**WHAT THE TASK ASKS**
Show each line from the listing that includes the word "None".

**DATA FOR PROCESSING**

┄┄┄┄┄┄┄┄┄┄┄┄┄┄┄┄┄┄┄┄

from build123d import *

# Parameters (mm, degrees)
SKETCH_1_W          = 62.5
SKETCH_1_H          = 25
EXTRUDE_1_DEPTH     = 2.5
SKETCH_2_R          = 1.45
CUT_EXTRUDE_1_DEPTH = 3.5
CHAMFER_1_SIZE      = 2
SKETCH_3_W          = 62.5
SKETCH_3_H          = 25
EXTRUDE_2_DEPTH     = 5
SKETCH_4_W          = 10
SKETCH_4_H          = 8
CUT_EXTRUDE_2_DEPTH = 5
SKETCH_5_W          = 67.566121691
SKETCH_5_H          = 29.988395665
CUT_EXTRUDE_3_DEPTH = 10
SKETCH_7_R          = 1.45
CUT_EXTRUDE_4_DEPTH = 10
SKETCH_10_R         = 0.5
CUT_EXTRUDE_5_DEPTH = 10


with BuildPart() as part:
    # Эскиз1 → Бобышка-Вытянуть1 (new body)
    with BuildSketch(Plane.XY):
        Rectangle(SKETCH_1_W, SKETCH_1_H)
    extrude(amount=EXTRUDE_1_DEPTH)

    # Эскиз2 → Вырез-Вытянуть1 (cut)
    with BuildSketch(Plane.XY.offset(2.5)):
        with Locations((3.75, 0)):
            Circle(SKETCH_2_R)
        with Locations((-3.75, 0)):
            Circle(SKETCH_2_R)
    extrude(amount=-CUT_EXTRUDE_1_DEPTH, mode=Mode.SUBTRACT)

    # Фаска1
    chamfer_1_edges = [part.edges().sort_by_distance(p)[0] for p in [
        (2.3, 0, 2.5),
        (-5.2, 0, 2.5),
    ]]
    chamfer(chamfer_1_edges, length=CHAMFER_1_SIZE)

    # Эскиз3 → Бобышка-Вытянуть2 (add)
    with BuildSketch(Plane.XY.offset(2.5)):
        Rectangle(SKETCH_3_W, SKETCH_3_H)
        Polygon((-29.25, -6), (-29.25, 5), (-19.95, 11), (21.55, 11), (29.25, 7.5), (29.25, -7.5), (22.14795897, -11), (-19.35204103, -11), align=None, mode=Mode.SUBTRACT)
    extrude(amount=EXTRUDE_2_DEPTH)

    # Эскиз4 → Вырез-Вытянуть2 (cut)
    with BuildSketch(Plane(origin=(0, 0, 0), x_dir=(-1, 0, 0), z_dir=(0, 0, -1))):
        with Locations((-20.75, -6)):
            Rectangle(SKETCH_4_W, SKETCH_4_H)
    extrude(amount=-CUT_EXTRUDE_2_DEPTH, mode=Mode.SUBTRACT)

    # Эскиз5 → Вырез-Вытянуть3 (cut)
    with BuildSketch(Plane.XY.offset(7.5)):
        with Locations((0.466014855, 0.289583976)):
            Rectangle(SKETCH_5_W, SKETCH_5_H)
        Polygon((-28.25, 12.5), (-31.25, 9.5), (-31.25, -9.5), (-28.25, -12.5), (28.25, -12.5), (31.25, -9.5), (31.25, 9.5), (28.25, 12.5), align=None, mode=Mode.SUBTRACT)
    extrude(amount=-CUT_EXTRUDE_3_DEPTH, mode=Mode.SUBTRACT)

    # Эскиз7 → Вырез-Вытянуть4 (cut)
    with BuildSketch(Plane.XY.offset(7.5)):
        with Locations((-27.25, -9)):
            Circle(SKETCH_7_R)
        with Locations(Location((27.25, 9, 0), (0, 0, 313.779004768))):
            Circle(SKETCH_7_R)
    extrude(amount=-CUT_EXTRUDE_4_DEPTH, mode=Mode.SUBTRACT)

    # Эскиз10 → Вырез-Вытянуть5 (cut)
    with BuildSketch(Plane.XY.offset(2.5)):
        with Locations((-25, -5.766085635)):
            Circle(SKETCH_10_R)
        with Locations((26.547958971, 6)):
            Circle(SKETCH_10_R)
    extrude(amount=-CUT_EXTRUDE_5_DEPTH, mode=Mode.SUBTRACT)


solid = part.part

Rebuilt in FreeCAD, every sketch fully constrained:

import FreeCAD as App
import Part
import Sketcher
from FreeCAD import Vector
Q = App.Units.Quantity


def edges_at(feature, points):
    """Names of the edges that pass closest to the given points."""
    edges = feature.Shape.Edges
    near = lambda p: min(range(len(edges)), key=lambda i: edges[i].distToShape(Part.Vertex(*p))[0])
    return sorted({f"Edge{near(p) + 1}" for p in points})


def add_polygon(sketch, points):
    """Adds a closed chain of lines whose ends are joined by coincident constraints."""
    first, n = sketch.GeometryCount, len(points)
    for a, b in zip(points, points[1:] + points[:1]):
        sketch.addGeometry(Part.LineSegment(App.Vector(*a, 0), App.Vector(*b, 0)), False)
    for i in range(n):
        sketch.addConstraint(Sketcher.Constraint("Coincident", first + i, 2, first + (i + 1) % n, 1))

doc = App.newDocument("Part")
body = doc.addObject("PartDesign::Body", "Body")

# Sketch on XY plane
sketch1 = body.newObject("Sketcher::SketchObject", "Sketch")
sketch1.AttachmentSupport = (doc.getObject("XY_Plane"), [""])
sketch1.MapMode = "FlatFace"
add_polygon(sketch1, [(-31, 12), (-31, -12), (31, -12), (31, 12)])  # lines 0-3
sketch1.addConstraint([
    Sketcher.Constraint("Vertical", 0),
    Sketcher.Constraint("Horizontal", 1),
    Sketcher.Constraint("Vertical", 2),
    Sketcher.Constraint("Horizontal", 3),
    Sketcher.Constraint("Symmetric", 0, 2, 2, 2, -1, 1),
    Sketcher.Constraint("DistanceY", 0, 2, 0, 1, Q("25 mm")),
    Sketcher.Constraint("DistanceX", 1, 1, 1, 2, Q("62.5 mm")),
])
pad1 = body.newObject("PartDesign::Pad", "Pad")
pad1.Profile = sketch1
pad1.Length = 2.5

# Sketch on XY plane
sketch2 = body.newObject("Sketcher::SketchObject", "Sketch001")
sketch2.AttachmentSupport = (doc.getObject("XY_Plane"), [""])
sketch2.MapMode = "FlatFace"
sketch2.AttachmentOffset = App.Placement(Vector(0, 0, 2.5), App.Rotation())
sketch2.addGeometry([
    Part.Circle(Vector(3.8, 0, 0), Vector(0, 0, 1), 1.4),
    Part.Circle(Vector(-3.8, 0, 0), Vector(0, 0, 1), 1.4),
], False)
sketch2.addConstraint([
    Sketcher.Constraint("Equal", 0, 1),
    Sketcher.Constraint("Symmetric", 0, 3, 1, 3, -1, 1),
    Sketcher.Constraint("PointOnObject", 0, 3, -1),
    Sketcher.Constraint("Diameter", 0, Q("2.9 mm")),
    Sketcher.Constraint("DistanceX", 1, 3, 0, 3, Q("7.5 mm")),
])
pocket1 = body.newObject("PartDesign::Pocket", "Pocket")
pocket1.Profile = sketch2
pocket1.Length = 3.5
doc.recompute()

chamfer = body.newObject("PartDesign::Chamfer", "Chamfer")
chamfer.Base = (pocket1, edges_at(pocket1, [(2.3, 0, 2.5), (-5.2, 0, 2.5)]))
chamfer.Size = 2

# Sketch on XY plane
sketch3 = body.newObject("Sketcher::SketchObject", "Sketch002")
sketch3.AttachmentSupport = (doc.getObject("XY_Plane"), [""])
sketch3.MapMode = "FlatFace"
sketch3.AttachmentOffset = App.Placement(Vector(0, 0, 2.5), App.Rotation())
add_polygon(sketch3, [(-31, 12), (-31, -12), (31, -12), (31, 12)])  # lines 0-3
add_polygon(sketch3, [(-19, -11), (-29, -6), (-29, 5), (-20, 11), (22, 11), (29, 8), (29, -8), (22, -11)])  # lines 4-11
sketch3.addConstraint([
    Sketcher.Constraint("Vertical", 0),
    Sketcher.Constraint("Horizontal", 1),
    Sketcher.Constraint("Vertical", 2),
    Sketcher.Constraint("Horizontal", 3),
    Sketcher.Constraint("Vertical", 5),
    Sketcher.Constraint("Horizontal", 7),
    Sketcher.Constraint("Vertical", 9),
    Sketcher.Constraint("Horizontal", 11),
    Sketcher.Constraint("Symmetric", 0, 2, 2, 2, -1, 1),
    Sketcher.Constraint("Equal", 7, 11),
    Sketcher.Constraint("DistanceY", 0, 2, 0, 1, Q("25 mm")),
    Sketcher.Constraint("DistanceY", 5, 1, 5, 2, Q("11 mm")),
    Sketcher.Constraint("DistanceY", 9, 2, 9, 1, Q("15 mm")),
    Sketcher.Constraint("DistanceX", 1, 1, 1, 2, Q("62.5 mm")),
    Sketcher.Constraint("DistanceX", 7, 1, 7, 2, Q("41.5 mm")),
    Sketcher.Constraint("DistanceY", 4, 2, -1, 1, Q("6 mm")),
    Sketcher.Constraint("DistanceY", -1, 1, 6, 2, Q("11 mm")),
    Sketcher.Constraint("DistanceY", 10, 2, -1, 1, Q("11 mm")),
    Sketcher.Constraint("DistanceX", 0, 2, 4, 2, Q("2 mm")),
    Sketcher.Constraint("DistanceX", 8, 2, 2, 2, Q("2 mm")),
    Sketcher.Constraint("DistanceY", 8, 2, 2, 2, Q("5 mm")),
    Sketcher.Constraint("DistanceX", 5, 2, 6, 2, Q("9.3 mm")),
    Sketcher.Constraint("DistanceX", -1, 1, 10, 2, Q("22.147959 mm")),
])
pad2 = body.newObject("PartDesign::Pad", "Pad001")
pad2.Profile = sketch3
pad2.Length = 5

# Sketch on XY plane
sketch4 = body.newObject("Sketcher::SketchObject", "Sketch003")
sketch4.AttachmentSupport = (doc.getObject("XY_Plane"), [""])
sketch4.MapMode = "FlatFace"
add_polygon(sketch4, [(26, -2), (26, -10), (16, -10), (16, -2)])  # lines 0-3
sketch4.addConstraint([
    Sketcher.Constraint("Vertical", 0),
    Sketcher.Constraint("Horizontal", 1),
    Sketcher.Constraint("Vertical", 2),
    Sketcher.Constraint("Horizontal", 3),
    Sketcher.Constraint("DistanceX", 1, 2, 1, 1, Q("10 mm")),
    Sketcher.Constraint("DistanceY", 0, 2, 0, 1, Q("8 mm")),
    Sketcher.Constraint("DistanceY", 0, 2, -1, 1, Q("10 mm")),
    Sketcher.Constraint("DistanceX", -1, 1, 0, 2, Q("25.75 mm")),
])
pocket2 = body.newObject("PartDesign::Pocket", "Pocket001")
pocket2.Profile = sketch4
pocket2.Length = 5
pocket2.Reversed = True

# Sketch on XY plane
sketch5 = body.newObject("Sketcher::SketchObject", "Sketch004")
sketch5.AttachmentSupport = (doc.getObject("XY_Plane"), [""])
sketch5.MapMode = "FlatFace"
sketch5.AttachmentOffset = App.Placement(Vector(0, 0, 7.5), App.Rotation())
add_polygon(sketch5, [(-33.3, 15.3), (-33.3, -14.7), (34.2, -14.7), (34.2, 15.3)])  # lines 0-3
add_polygon(sketch5, [(-31.2, 9.5), (-28.2, 12.5), (28.2, 12.5), (31.2, 9.5), (31.2, -9.5), (28.2, -12.5), (-28.2, -12.5), (-31.2, -9.5)])  # lines 4-11
sketch5.addConstraint([
    Sketcher.Constraint("Vertical", 0),
    Sketcher.Constraint("Horizontal", 1),
    Sketcher.Constraint("Vertical", 2),
    Sketcher.Constraint("Horizontal", 3),
    Sketcher.Constraint("Horizontal", 5),
    Sketcher.Constraint("Vertical", 7),
    Sketcher.Constraint("Horizontal", 9),
    Sketcher.Constraint("Vertical", 11),
    Sketcher.Constraint("Symmetric", 4, 2, 8, 2, -1, 1),
    Sketcher.Constraint("Symmetric", 6, 2, 10, 2, -1, 1),
    Sketcher.Constraint("Perpendicular", 4, 6),
    Sketcher.Constraint("Perpendicular", 6, 8),
    Sketcher.Constraint("Perpendicular", 8, 10),
    Sketcher.Constraint("Horizontal", 7, 2, 10, 2),
    Sketcher.Constraint("Vertical", 5, 2, 8, 2),
    Sketcher.Constraint("DistanceY", 7, 2, 7, 1, Q("19 mm")),
    Sketcher.Constraint("DistanceX", 5, 1, 5, 2, Q("56.5 mm")),
    Sketcher.Constraint("DistanceX", 5, 2, 6, 2, Q("3 mm")),
    Sketcher.Constraint("DistanceX", 1, 1, 1, 2, Q("67.566122 mm")),
    Sketcher.Constraint("DistanceY", 0, 2, 0, 1, Q("29.988396 mm")),
    Sketcher.Constraint("DistanceY", -1, 1, 2, 2, Q("15.283782 mm")),
    Sketcher.Constraint("DistanceX", 0, 2, -1, 1, Q("33.317046 mm")),
])
pocket3 = body.newObject("PartDesign::Pocket", "Pocket002")
pocket3.Profile = sketch5
pocket3.Length = 10

# Sketch on XY plane
sketch6 = body.newObject("Sketcher::SketchObject", "Sketch005")
sketch6.AttachmentSupport = (doc.getObject("XY_Plane"), [""])
sketch6.MapMode = "FlatFace"
sketch6.AttachmentOffset = App.Placement(Vector(0, 0, 7.5), App.Rotation())
sketch6.addGeometry([
    Part.Circle(Vector(-27.2, -9, 0), Vector(0, 0, 1), 1.4),
    Part.Circle(Vector(27.2, 9, 0), Vector(0, 0, 1), 1.4),
], False)
sketch6.addConstraint([
    Sketcher.Constraint("Equal", 0, 1),
    Sketcher.Constraint("Symmetric", 0, 3, 1, 3, -1, 1),
    Sketcher.Constraint("Diameter", 0, Q("2.9 mm")),
    Sketcher.Constraint("DistanceY", 0, 3, -1, 1, Q("9 mm")),
    Sketcher.Constraint("DistanceX", 0, 3, 1, 3, Q("54.5 mm")),
])
pocket4 = body.newObject("PartDesign::Pocket", "Pocket003")
pocket4.Profile = sketch6
pocket4.Length = 10

# Sketch on XY plane
sketch7 = body.newObject("Sketcher::SketchObject", "Sketch006")
sketch7.AttachmentSupport = (doc.getObject("XY_Plane"), [""])
sketch7.MapMode = "FlatFace"
sketch7.AttachmentOffset = App.Placement(Vector(0, 0, 2.5), App.Rotation())
sketch7.addGeometry([
    Part.Circle(Vector(-25, -5.8, 0), Vector(0, 0, 1), 0.5),
    Part.Circle(Vector(26.5, 6, 0), Vector(0, 0, 1), 0.5),
], False)
sketch7.addConstraint([
    Sketcher.Constraint("Equal", 0, 1),
    Sketcher.Constraint("Diameter", 0, Q("1 mm")),
    Sketcher.Constraint("DistanceX", 0, 3, -1, 1, Q("25 mm")),
    Sketcher.Constraint("DistanceY", -1, 1, 1, 3, Q("6 mm")),
    Sketcher.Constraint("DistanceX", -1, 1, 1, 3, Q("26.547959 mm")),
    Sketcher.Constraint("DistanceY", 0, 3, -1, 1, Q("5.766086 mm")),
])
pocket5 = body.newObject("PartDesign::Pocket", "Pocket004")
pocket5.Profile = sketch7
pocket5.Length = 10

doc.recompute()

┄┄┄┄┄┄┄┄┄┄┄┄┄┄┄┄┄┄┄┄

**WRITTEN REPLY**
        Polygon((-29.25, -6), (-29.25, 5), (-19.95, 11), (21.55, 11), (29.25, 7.5), (29.25, -7.5), (22.14795897, -11), (-19.35204103, -11), align=None, mode=Mode.SUBTRACT)
        Polygon((-28.25, 12.5), (-31.25, 9.5), (-31.25, -9.5), (-28.25, -12.5), (28.25, -12.5), (31.25, -9.5), (31.25, 9.5), (28.25, 12.5), align=None, mode=Mode.SUBTRACT)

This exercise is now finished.